* **Description of the task**:
Look below for the line containing "f 138 99 135"; from there through the line containing "f 110 105 112", both lines included, please set down each line exactly and nothing else.

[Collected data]
····················

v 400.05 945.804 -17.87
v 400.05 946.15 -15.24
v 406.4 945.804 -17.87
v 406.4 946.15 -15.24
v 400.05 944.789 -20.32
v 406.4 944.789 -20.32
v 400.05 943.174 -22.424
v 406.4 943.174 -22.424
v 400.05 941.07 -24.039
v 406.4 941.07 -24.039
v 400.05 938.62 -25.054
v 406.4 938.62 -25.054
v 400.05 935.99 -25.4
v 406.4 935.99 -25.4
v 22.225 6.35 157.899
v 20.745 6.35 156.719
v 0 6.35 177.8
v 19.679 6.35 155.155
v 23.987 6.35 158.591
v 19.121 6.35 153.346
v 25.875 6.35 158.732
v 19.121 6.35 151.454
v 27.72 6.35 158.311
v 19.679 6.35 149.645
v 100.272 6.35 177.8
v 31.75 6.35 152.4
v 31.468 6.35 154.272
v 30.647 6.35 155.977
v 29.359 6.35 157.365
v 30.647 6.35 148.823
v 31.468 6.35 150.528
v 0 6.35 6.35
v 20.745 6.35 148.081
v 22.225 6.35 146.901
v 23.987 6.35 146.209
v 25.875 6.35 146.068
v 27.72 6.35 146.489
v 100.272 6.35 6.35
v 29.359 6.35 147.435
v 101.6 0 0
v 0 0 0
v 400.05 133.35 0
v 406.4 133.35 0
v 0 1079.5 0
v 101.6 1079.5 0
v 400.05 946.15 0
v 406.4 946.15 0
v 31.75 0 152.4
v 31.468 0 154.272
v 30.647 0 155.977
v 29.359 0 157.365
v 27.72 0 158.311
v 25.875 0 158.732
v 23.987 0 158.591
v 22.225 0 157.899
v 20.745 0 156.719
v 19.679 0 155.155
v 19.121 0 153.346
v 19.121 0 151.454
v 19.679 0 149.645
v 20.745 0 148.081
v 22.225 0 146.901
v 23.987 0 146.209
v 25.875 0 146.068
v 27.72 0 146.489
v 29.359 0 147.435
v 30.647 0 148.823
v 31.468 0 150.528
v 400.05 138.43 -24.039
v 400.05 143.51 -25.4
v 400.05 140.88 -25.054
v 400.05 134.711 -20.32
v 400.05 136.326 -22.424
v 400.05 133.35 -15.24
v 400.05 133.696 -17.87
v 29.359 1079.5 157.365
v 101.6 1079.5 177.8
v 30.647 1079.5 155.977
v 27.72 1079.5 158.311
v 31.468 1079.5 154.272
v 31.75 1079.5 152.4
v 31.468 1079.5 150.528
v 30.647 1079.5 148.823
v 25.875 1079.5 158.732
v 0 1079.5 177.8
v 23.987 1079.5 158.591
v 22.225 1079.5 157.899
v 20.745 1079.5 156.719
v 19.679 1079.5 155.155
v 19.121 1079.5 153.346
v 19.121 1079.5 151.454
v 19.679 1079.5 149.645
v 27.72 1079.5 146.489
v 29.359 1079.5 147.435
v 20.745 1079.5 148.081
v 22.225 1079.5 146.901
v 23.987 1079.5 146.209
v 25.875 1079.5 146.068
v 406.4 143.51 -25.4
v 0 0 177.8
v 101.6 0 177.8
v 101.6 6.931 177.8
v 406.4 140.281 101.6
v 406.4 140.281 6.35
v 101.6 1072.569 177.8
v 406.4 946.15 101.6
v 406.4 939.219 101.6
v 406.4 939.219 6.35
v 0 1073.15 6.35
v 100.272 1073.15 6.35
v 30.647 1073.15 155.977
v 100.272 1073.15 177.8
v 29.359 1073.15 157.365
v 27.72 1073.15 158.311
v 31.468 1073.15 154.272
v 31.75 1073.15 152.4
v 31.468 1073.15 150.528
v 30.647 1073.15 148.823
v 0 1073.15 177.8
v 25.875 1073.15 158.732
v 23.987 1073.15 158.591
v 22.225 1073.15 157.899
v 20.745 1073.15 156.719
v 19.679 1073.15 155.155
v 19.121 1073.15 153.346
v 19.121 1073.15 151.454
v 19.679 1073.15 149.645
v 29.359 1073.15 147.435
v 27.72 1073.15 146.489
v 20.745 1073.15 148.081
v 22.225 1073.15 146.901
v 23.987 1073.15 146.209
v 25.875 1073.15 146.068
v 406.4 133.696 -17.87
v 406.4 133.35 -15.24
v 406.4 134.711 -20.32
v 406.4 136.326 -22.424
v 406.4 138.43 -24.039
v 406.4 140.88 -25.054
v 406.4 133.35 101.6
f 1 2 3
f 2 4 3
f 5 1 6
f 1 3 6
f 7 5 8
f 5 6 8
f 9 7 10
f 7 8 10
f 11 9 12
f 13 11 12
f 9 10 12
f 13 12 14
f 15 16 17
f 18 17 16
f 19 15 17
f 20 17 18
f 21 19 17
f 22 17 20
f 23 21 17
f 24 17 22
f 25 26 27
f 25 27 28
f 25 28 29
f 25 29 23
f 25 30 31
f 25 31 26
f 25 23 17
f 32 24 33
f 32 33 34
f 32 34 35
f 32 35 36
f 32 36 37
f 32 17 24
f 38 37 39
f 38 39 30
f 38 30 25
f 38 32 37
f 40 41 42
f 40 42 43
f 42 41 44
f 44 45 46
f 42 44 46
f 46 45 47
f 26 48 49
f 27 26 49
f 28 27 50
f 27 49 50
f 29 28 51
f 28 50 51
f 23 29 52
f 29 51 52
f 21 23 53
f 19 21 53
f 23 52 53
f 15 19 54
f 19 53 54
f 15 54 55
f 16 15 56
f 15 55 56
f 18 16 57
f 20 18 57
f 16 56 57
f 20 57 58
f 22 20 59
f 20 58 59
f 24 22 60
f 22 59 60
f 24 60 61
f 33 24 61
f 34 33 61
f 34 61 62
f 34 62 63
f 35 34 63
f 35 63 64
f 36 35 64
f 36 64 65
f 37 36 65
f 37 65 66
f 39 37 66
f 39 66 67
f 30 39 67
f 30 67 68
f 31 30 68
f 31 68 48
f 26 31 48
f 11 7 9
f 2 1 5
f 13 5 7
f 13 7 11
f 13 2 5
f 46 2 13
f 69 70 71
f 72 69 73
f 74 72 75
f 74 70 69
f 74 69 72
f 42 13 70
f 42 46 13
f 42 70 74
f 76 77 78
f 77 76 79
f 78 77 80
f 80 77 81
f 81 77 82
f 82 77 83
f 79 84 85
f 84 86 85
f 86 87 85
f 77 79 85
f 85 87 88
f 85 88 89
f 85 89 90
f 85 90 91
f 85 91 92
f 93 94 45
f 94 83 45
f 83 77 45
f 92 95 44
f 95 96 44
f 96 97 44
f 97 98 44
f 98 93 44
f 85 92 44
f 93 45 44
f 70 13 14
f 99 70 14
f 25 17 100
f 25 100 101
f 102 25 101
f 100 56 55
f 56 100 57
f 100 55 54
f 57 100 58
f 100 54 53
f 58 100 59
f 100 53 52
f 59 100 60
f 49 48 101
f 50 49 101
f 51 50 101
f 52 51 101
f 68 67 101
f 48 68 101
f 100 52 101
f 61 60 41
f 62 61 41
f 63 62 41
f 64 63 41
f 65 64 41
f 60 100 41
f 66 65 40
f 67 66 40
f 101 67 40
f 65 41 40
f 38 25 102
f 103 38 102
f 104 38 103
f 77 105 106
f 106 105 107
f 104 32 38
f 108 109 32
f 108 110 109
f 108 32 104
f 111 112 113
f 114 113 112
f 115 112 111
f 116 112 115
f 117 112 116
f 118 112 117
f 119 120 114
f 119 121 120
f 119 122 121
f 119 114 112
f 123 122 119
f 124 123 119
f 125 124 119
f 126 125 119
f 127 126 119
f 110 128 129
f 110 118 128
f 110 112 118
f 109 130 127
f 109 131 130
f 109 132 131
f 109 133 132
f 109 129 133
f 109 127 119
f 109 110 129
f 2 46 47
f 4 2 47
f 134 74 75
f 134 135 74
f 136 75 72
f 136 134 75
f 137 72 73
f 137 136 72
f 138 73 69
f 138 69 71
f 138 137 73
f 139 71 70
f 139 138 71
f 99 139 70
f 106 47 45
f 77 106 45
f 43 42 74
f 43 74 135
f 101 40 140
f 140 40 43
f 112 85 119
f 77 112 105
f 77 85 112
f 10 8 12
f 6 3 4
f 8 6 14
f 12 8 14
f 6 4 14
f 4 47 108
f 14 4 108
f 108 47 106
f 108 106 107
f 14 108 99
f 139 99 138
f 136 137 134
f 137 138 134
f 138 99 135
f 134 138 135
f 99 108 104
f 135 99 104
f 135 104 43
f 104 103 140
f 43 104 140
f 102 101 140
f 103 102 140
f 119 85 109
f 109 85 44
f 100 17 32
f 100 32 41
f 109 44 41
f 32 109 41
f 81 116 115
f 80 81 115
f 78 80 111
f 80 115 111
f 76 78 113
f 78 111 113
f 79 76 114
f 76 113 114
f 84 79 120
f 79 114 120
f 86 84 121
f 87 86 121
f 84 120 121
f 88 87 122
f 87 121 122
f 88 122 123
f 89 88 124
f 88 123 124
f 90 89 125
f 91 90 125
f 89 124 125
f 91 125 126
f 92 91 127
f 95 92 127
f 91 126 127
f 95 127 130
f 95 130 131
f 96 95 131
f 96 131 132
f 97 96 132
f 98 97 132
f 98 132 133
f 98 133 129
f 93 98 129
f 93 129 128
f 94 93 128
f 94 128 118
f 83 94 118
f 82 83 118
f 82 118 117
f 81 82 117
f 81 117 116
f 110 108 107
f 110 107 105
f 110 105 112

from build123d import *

# Parameters (mm, degrees)
F1_DEPTH = 177.8
F2_T     = -6.35
F3_R     = 6.35
F4_DEPTH = 1079.501
F5_W     = 6.35
F5_H     = 812.8
F6_DEPTH = 25.4
F8_R     = 10.16
F9_DEPTH = 1079.501


with BuildPart() as f1:
    # F0 (on Top) → F1 (new body)
    with BuildSketch(Plane.XY):
        Polygon((0, 1079.5), (0, 0), (101.6, 0), (406.4, 133.35), (406.4, 539.75), (406.4, 946.15), (101.6, 1079.5), align=None)
    extrude(amount=F1_DEPTH)

    # F2
    f2_openings = [f1.faces().sort_by_distance(p)[0] for p in [
        (192.825932, 539.75, 177.8),
        (0, 539.75, 88.9),
        (406.4, 539.75, 88.9),
    ]]
    offset(amount=F2_T, openings=f2_openings)

    # F3 (on face) → F4 (cut, through all)
    with BuildSketch(Plane.XZ):
        with Locations((25.4, 152.4)):
            Circle(F3_R)
    extrude(amount=-F4_DEPTH, mode=Mode.SUBTRACT)

    # F5 (on face) → F6 (join)
    with BuildSketch(Plane(origin=(0, 0, 0), x_dir=(1, 0, 0), z_dir=(0, 0, -1))):
        with Locations((403.225, -539.75)):
            Rectangle(F5_W, F5_H)
    extrude(amount=F6_DEPTH)

    # F8
    f8_edges = [f1.edges().sort_by_distance(p)[0] for p in [
        (403.225, 133.35, -25.4),
        (403.225, 946.15, -25.4),
    ]]
    fillet(f8_edges, radius=F8_R)

    # F7 (on Front) → F9 (cut, through all)
    with BuildSketch(Plane.XZ):
        Polygon((406.4, 101.6), (406.4, 177.8), (101.6, 177.8), align=None)
    extrude(amount=-F9_DEPTH, mode=Mode.SUBTRACT)


solid = f1.part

····················

* **Exercise answer**:
f 138 99 135
f 134 138 135
f 99 108 104
f 135 99 104
f 135 104 43
f 104 103 140
f 43 104 140
f 102 101 140
f 103 102 140
f 119 85 109
f 109 85 44
f 100 17 32
f 100 32 41
f 109 44 41
f 32 109 41
f 81 116 115
f 80 81 115
f 78 80 111
f 80 115 111
f 76 78 113
f 78 111 113
f 79 76 114
f 76 113 114
f 84 79 120
f 79 114 120
f 86 84 121
f 87 86 121
f 84 120 121
f 88 87 122
f 87 121 122
f 88 122 123
f 89 88 124
f 88 123 124
f 90 89 125
f 91 90 125
f 89 124 125
f 91 125 126
f 92 91 127
f 95 92 127
f 91 126 127
f 95 127 130
f 95 130 131
f 96 95 131
f 96 131 132
f 97 96 132
f 98 97 132
f 98 132 133
f 98 133 129
f 93 98 129
f 93 129 128
f 94 93 128
f 94 128 118
f 83 94 118
f 82 83 118
f 82 118 117
f 81 82 117
f 81 117 116
f 110 108 107
f 110 107 105
f 110 105 112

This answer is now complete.